New Skoda Superb vRS to bring performance focus to family favourite
Skoda is set to give the Superb the vRS treatment – we preview its looks and performance
- First ever Skoda Superb vRS
- Bespoke sporty styling
- Possible plug-in hybrid option
We first laid eyes upon the all-new Skoda Superb at the end of last year, and the Czech carmaker has suggested that a sportier, Superb vRS model is in the works. When asked about a Superb vRS, CEO Klaus Zellmer said, “I couldn’t agree more. Let’s see. We have not announced anything, but I think your arguments are valid.” We’ve driven other Skodas that have undergone the vRS treatment, from the excellent Octavia vRS to the new all-electric Enyaq vRS, but this is the first time that the badge will have been applied to the Superb.
The Skoda Superb is the brand’s largest non-SUV, first appearing in 2001 as a saloon based on the same platform as the Volkswagen Passat and Audi A4. It’s marginally grown over the past 23 years, spawning an estate variant in 2009, but the connection to other VW Group cars remains – the all-new model shares its platform and various engines with the latest Volkswagen Passat.
What can we expect from the Skoda Superb vRS?
Up until now, the most powerful Skoda Superb was the previous-generation model equipped with the 276bhp four-cylinder petrol engine.

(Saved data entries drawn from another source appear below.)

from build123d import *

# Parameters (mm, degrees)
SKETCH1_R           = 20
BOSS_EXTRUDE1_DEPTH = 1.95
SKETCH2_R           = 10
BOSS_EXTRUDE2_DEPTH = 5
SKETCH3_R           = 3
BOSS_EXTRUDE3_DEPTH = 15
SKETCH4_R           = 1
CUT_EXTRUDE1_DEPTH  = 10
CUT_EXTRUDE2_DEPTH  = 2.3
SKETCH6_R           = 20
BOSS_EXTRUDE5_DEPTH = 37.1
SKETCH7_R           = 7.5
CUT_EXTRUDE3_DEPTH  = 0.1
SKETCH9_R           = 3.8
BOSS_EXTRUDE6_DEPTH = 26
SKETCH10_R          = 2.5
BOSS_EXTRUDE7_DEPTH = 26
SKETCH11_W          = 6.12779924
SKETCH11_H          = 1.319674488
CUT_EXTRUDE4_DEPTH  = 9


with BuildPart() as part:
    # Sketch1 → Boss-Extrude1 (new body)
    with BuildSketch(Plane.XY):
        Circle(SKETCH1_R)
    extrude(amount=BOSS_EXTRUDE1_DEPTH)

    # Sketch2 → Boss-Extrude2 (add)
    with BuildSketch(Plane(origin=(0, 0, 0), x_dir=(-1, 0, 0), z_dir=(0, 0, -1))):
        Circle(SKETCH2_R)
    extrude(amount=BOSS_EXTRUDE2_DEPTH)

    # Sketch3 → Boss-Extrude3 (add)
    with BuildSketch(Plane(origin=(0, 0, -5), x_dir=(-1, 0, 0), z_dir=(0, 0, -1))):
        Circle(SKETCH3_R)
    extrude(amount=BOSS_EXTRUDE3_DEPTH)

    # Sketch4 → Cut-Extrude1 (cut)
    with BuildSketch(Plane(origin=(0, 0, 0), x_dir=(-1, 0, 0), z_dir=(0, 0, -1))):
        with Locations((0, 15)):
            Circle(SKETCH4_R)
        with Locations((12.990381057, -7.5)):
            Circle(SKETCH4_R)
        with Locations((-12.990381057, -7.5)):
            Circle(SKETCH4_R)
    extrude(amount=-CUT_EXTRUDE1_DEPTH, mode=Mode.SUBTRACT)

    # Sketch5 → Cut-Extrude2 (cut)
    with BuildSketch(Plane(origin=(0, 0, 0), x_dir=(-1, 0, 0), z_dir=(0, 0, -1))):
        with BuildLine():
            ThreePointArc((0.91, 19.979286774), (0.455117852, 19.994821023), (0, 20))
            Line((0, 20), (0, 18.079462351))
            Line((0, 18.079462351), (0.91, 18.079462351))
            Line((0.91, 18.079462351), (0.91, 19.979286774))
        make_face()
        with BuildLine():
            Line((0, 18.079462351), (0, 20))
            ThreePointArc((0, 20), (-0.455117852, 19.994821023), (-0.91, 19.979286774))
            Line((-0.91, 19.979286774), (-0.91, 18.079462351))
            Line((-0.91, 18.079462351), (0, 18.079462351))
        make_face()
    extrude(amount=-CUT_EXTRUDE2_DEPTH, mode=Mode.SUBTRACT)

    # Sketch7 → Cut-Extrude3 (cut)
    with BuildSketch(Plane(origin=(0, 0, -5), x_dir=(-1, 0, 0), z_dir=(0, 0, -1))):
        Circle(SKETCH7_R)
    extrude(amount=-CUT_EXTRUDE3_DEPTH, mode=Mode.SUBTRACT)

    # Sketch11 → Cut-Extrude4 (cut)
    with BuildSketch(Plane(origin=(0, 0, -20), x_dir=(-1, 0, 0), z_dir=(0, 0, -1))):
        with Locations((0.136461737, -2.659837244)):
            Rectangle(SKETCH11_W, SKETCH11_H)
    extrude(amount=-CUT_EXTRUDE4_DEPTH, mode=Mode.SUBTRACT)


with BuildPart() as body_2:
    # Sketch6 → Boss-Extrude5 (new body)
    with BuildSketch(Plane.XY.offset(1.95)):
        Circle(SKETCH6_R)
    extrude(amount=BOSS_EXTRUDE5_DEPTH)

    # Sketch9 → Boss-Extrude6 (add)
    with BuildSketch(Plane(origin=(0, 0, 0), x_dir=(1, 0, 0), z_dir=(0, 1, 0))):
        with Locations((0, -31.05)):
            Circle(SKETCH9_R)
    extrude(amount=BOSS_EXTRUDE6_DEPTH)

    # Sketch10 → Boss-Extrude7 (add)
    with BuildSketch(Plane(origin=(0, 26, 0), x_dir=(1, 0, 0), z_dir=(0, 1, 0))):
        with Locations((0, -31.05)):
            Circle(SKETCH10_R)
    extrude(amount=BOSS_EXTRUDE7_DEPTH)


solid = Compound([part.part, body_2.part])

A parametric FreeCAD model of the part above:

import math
import FreeCAD as App
import Part
import Sketcher

doc = App.newDocument("Part")
params = doc.addObject("Spreadsheet::Sheet", "Params")
for row, (alias, value) in enumerate([
    ("sketch1_diameter", "40 mm"),
    ("pad1_length", "1.95 mm"),
    ("sketch2_diameter", "20 mm"),
    ("pad2_length", "5 mm"),
    ("sketch3_diameter", "6 mm"),
    ("pad3_length", "15 mm"),
    ("sketch4_diameter", "2 mm"),
    ("pocket1_length", "10 mm"),
    ("sketch5_radius", "20 mm"),
    ("sketch5_width", "1.82 mm"),
    ("pocket2_length", "2.3 mm"),
    ("sketch6_diameter", "15 mm"),
    ("pocket3_length", "0.1 mm"),
    ("pocket4_length", "9 mm"),
    ("sketch8_diameter", "40 mm"),
    ("pad4_length", "37.1 mm"),
    ("sketch9_diameter", "7.6 mm"),
    ("pad5_length", "26 mm"),
    ("sketch10_diameter", "5 mm"),
    ("pad6_length", "26 mm"),
], start=1):
    params.set(f"A{row}", alias)
    params.set(f"B{row}", "=" + value)
    params.setAlias(f"B{row}", alias)

body = doc.addObject("PartDesign::Body", "Body")
body.AllowCompound = True

# Sketch on XY plane
sketch1 = body.newObject("Sketcher::SketchObject", "Sketch")
sketch1.AttachmentSupport = (doc.getObject("XY_Plane"), [""])
sketch1.MapMode = "FlatFace"
sketch1.addGeometry(Part.Circle(App.Vector(0, 0, 0), App.Vector(0, 0, 1), 20), False)
sketch1.addConstraint([
    Sketcher.Constraint("Coincident", 0, 3, -1, 1),
    Sketcher.Constraint("Diameter", 0, 40.0),
])
sketch1.setExpression("Constraints[1]", "Params.sketch1_diameter")
pad1 = body.newObject("PartDesign::Pad", "Pad")
pad1.Profile = sketch1
pad1.setExpression("Length", "Params.pad1_length")

# Sketch on XY plane
sketch2 = body.newObject("Sketcher::SketchObject", "Sketch001")
sketch2.AttachmentSupport = (doc.getObject("XY_Plane"), [""])
sketch2.MapMode = "FlatFace"
sketch2.addGeometry(Part.Circle(App.Vector(0, 0, 0), App.Vector(0, 0, 1), 10), False)
sketch2.addConstraint([
    Sketcher.Constraint("Coincident", 0, 3, -1, 1),
    Sketcher.Constraint("Diameter", 0, 20.0),
])
sketch2.setExpression("Constraints[1]", "Params.sketch2_diameter")
pad2 = body.newObject("PartDesign::Pad", "Pad001")
pad2.Profile = sketch2
pad2.setExpression("Length", "Params.pad2_length")
pad2.Reversed = True

# Sketch on XY plane
sketch3 = body.newObject("Sketcher::SketchObject", "Sketch002")
sketch3.AttachmentSupport = (doc.getObject("XY_Plane"), [""])
sketch3.MapMode = "FlatFace"
sketch3.AttachmentOffset = App.Placement(App.Vector(0, 0, -5), App.Rotation())
sketch3.addGeometry(Part.Circle(App.Vector(0, 0, 0), App.Vector(0, 0, 1), 3), False)
sketch3.addConstraint([
    Sketcher.Constraint("Coincident", 0, 3, -1, 1),
    Sketcher.Constraint("Diameter", 0, 6.0),
])
sketch3.setExpression("Constraints[1]", "Params.sketch3_diameter")
pad3 = body.newObject("PartDesign::Pad", "Pad002")
pad3.Profile = sketch3
pad3.setExpression("Length", "Params.pad3_length")
pad3.Reversed = True

# Sketch on XY plane
sketch4 = body.newObject("Sketcher::SketchObject", "Sketch003")
sketch4.AttachmentSupport = (doc.getObject("XY_Plane"), [""])
sketch4.MapMode = "FlatFace"
sketch4.addGeometry([
    Part.Circle(App.Vector(0, 15, 0), App.Vector(0, 0, 1), 1),
    Part.Circle(App.Vector(-12.990381, -7.5, 0), App.Vector(0, 0, 1), 1),
    Part.Circle(App.Vector(12.990381, -7.5, 0), App.Vector(0, 0, 1), 1),
], False)
sketch4.addConstraint([
    Sketcher.Constraint("Equal", 0, 1),
    Sketcher.Constraint("Equal", 1, 2),
    Sketcher.Constraint("Symmetric", 1, 3, 2, 3, -2),
    Sketcher.Constraint("PointOnObject", 0, 3, -2),
    Sketcher.Constraint("Diameter", 0, 2.0),
    Sketcher.Constraint("DistanceY", -1, 1, 0, 3, 15.0),
    Sketcher.Constraint("DistanceY", 1, 3, -1, 1, 7.5),
    Sketcher.Constraint("DistanceX", 1, 3, -1, 1, 12.990381),
])
sketch4.setExpression("Constraints[4]", "Params.sketch4_diameter")
pocket1 = body.newObject("PartDesign::Pocket", "Pocket")
pocket1.Profile = sketch4
pocket1.setExpression("Length", "Params.pocket1_length")
pocket1.Reversed = True

# Sketch on XY plane
sketch5 = body.newObject("Sketcher::SketchObject", "Sketch004")
sketch5.AttachmentSupport = (doc.getObject("XY_Plane"), [""])
sketch5.MapMode = "FlatFace"
sketch5.addGeometry([
    Part.ArcOfCircle(Part.Circle(App.Vector(0, 0, 0), App.Vector(0, 0, 1), 20), math.radians(90), math.radians(92.607858)),  # 0
    Part.ArcOfCircle(Part.Circle(App.Vector(0, 0, 0), App.Vector(0, 0, 1), 20), math.radians(87.392142), math.radians(90)),  # 1
    Part.LineSegment(App.Vector(0.91, 19.979287, 0), App.Vector(0.91, 18.079462, 0)),  # 2
    Part.LineSegment(App.Vector(0.91, 18.079462, 0), App.Vector(-0.91, 18.079462, 0)),  # 3
    Part.LineSegment(App.Vector(-0.91, 18.079462, 0), App.Vector(-0.91, 19.979287, 0)),  # 4
], False)
sketch5.addConstraint([
    Sketcher.Constraint("Tangent", 0, 1, 1, 2),
    Sketcher.Constraint("Coincident", 1, 1, 2, 1),
    Sketcher.Constraint("Coincident", 2, 2, 3, 1),
    Sketcher.Constraint("Coincident", 3, 2, 4, 1),
    Sketcher.Constraint("Coincident", 4, 2, 0, 2),
    Sketcher.Constraint("Vertical", 2),
    Sketcher.Constraint("Horizontal", 3),
    Sketcher.Constraint("Vertical", 4),
    Sketcher.Constraint("Coincident", 0, 3, -1, 1),
    Sketcher.Constraint("Equal", 0, 1),
    Sketcher.Constraint("PointOnObject", 0, 1, -2),
    Sketcher.Constraint("Horizontal", 1, 1, 4, 2),
    Sketcher.Constraint("Radius", 0, 20.0),
    Sketcher.Constraint("DistanceX", 3, 2, 3, 1, 1.82),
    Sketcher.Constraint("DistanceY", 2, 2, 2, 1, 1.899824),
])
sketch5.setExpression("Constraints[12]", "Params.sketch5_radius")
sketch5.setExpression("Constraints[13]", "Params.sketch5_width")
pocket2 = body.newObject("PartDesign::Pocket", "Pocket001")
pocket2.Profile = sketch5
pocket2.setExpression("Length", "Params.pocket2_length")
pocket2.Reversed = True

# Sketch on XY plane
sketch6 = body.newObject("Sketcher::SketchObject", "Sketch005")
sketch6.AttachmentSupport = (doc.getObject("XY_Plane"), [""])
sketch6.MapMode = "FlatFace"
sketch6.AttachmentOffset = App.Placement(App.Vector(0, 0, -5), App.Rotation())
sketch6.addGeometry(Part.Circle(App.Vector(0, 0, 0), App.Vector(0, 0, 1), 7.5), False)
sketch6.addConstraint([
    Sketcher.Constraint("Coincident", 0, 3, -1, 1),
    Sketcher.Constraint("Diameter", 0, 15.0),
])
sketch6.setExpression("Constraints[1]", "Params.sketch6_diameter")
pocket3 = body.newObject("PartDesign::Pocket", "Pocket002")
pocket3.Profile = sketch6
pocket3.setExpression("Length", "Params.pocket3_length")
pocket3.Reversed = True

# Sketch on XY plane
sketch7 = body.newObject("Sketcher::SketchObject", "Sketch006")
sketch7.AttachmentSupport = (doc.getObject("XY_Plane"), [""])
sketch7.MapMode = "FlatFace"
sketch7.AttachmentOffset = App.Placement(App.Vector(0, 0, -20), App.Rotation())
sketch7.addGeometry([
    Part.LineSegment(App.Vector(2.927438, -2, 0), App.Vector(2.927438, -3.319674, 0)),
    Part.LineSegment(App.Vector(2.927438, -3.319674, 0), App.Vector(-3.200361, -3.319674, 0)),
    Part.LineSegment(App.Vector(-3.200361, -3.319674, 0), App.Vector(-3.200361, -2, 0)),
    Part.LineSegment(App.Vector(-3.200361, -2, 0), App.Vector(2.927438, -2, 0)),
], False)
sketch7.addConstraint([
    Sketcher.Constraint("Coincident", 0, 2, 1, 1),
    Sketcher.Constraint("Coincident", 1, 2, 2, 1),
    Sketcher.Constraint("Coincident", 2, 2, 3, 1),
    Sketcher.Constraint("Coincident", 3, 2, 0, 1),
    Sketcher.Constraint("Vertical", 0),
    Sketcher.Constraint("Horizontal", 1),
    Sketcher.Constraint("Vertical", 2),
    Sketcher.Constraint("Horizontal", 3),
    Sketcher.Constraint("DistanceY", 2, 2, -1, 1, 2.0),
    Sketcher.Constraint("DistanceX", 1, 2, 1, 1, 6.127799),
    Sketcher.Constraint("DistanceY", 0, 2, 0, 1, 1.319674),
    Sketcher.Constraint("DistanceX", 1, 2, -1, 1, 3.200361),
])
pocket4 = body.newObject("PartDesign::Pocket", "Pocket003")
pocket4.Profile = sketch7
pocket4.setExpression("Length", "Params.pocket4_length")
pocket4.Reversed = True
body2 = doc.addObject("PartDesign::Body", "Body001")

# Sketch on XY plane
sketch8 = body2.newObject("Sketcher::SketchObject", "Sketch007")
sketch8.AttachmentSupport = (doc.getObject("XY_Plane001"), [""])
sketch8.MapMode = "FlatFace"
sketch8.AttachmentOffset = App.Placement(App.Vector(0, 0, 1.95), App.Rotation())
sketch8.addGeometry(Part.Circle(App.Vector(0, 0, 0), App.Vector(0, 0, 1), 20), False)
sketch8.addConstraint([
    Sketcher.Constraint("Coincident", 0, 3, -1, 1),
    Sketcher.Constraint("Diameter", 0, 40.0),
])
sketch8.setExpression("Constraints[1]", "Params.sketch8_diameter")
pad4 = body2.newObject("PartDesign::Pad", "Pad003")
pad4.Profile = sketch8
pad4.setExpression("Length", "Params.pad4_length")

# Sketch on XZ plane
sketch9 = body2.newObject("Sketcher::SketchObject", "Sketch008")
sketch9.AttachmentSupport = (doc.getObject("XZ_Plane001"), [""])
sketch9.MapMode = "FlatFace"
sketch9.addGeometry(Part.Circle(App.Vector(0, 31.05, 0), App.Vector(0, 0, 1), 3.8), False)
sketch9.addConstraint([
    Sketcher.Constraint("PointOnObject", 0, 3, -2),
    Sketcher.Constraint("Diameter", 0, 7.6),
    Sketcher.Constraint("DistanceY", -1, 1, 0, 3, 31.05),
])
sketch9.setExpression("Constraints[1]", "Params.sketch9_diameter")
pad5 = body2.newObject("PartDesign::Pad", "Pad004")
pad5.Profile = sketch9
pad5.setExpression("Length", "Params.pad5_length")
pad5.Reversed = True

# Sketch on XZ plane
sketch10 = body2.newObject("Sketcher::SketchObject", "Sketch009")
sketch10.AttachmentSupport = (doc.getObject("XZ_Plane001"), [""])
sketch10.MapMode = "FlatFace"
sketch10.AttachmentOffset = App.Placement(App.Vector(0, 0, -26), App.Rotation())
sketch10.addGeometry(Part.Circle(App.Vector(0, 31.05, 0), App.Vector(0, 0, 1), 2.5), False)
sketch10.addConstraint([
    Sketcher.Constraint("PointOnObject", 0, 3, -2),
    Sketcher.Constraint("Diameter", 0, 5.0),
    Sketcher.Constraint("DistanceY", -1, 1, 0, 3, 31.05),
])
sketch10.setExpression("Constraints[1]", "Params.sketch10_diameter")
pad6 = body2.newObject("PartDesign::Pad", "Pad005")
pad6.Profile = sketch10
pad6.setExpression("Length", "Params.pad6_length")
pad6.Reversed = True

doc.recompute()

The all-new model hasn’t been able to top this figure so far, with a 261bhp two-litre petrol engine currently sitting at the top of the range.
However, we expect the new flagship vRS model to surpass this figure, perhaps nudging above the 300bhp barrier for the first time in the Superb’s history. Looking at its Passat sibling, it's possible that the sporty Superb could use that model’s plug-in hybrid setup. In the Volkswagen this engine produces 268bhp, but we wouldn’t be surprised if Skoda’s engineers dial up the power for a vRS model.
Whichever engine finds its way into the Superb vRS, we expect a host of chassis and suspension upgrades to improve its handling over the regular model. If it drives anything like its smaller sibling, the Octavia vRS, then it should be a hoot to pilot along a B-road while not compromising on comfort too much.
The manual gearbox was dropped entirely for this new generation of Superb – the DSG automatic is now standard across all models. The Superb vRS will use the same automatic gearbox, possibly sending power to all four wheels as previous top-spec Superbs have done.
It won’t all be about speed for the new Superb vRS, however. When discussing the relevance of top speed and acceleration for Skoda’s sporty cars, Zellmer said, “there are more important aspects. It will be more about efficiency, sustainability in the car materials that you use, decarbonisation throughout the whole value chain. People want to be more responsible about the planet and climate.”
Externally, the Superb vRS is likely to receive more aggressive styling all around, with unique bumper and wheel designs. Our exclusive renders preview this sportier look, in both saloon and estate bodystyles. In line with other vRS models, we expect chrome trim pieces to be swapped for black items, larger air intakes and all-important red brake callipers.
The new Superb debuted with an entirely overhauled interior, complete with a 13-inch infotainment screen and 10-inch digital driver’s display. As the vRS model will sit at the top of the Superb range, we expect it to come with all the bells and whistles, from heated seats to LED matrix headlights.
We’re still waiting for the new Superb to reach UK showrooms, so it looks like we’ll have to hang on until 2025 for the arrival of the vRS model. A starting price of around £50,000 is likely.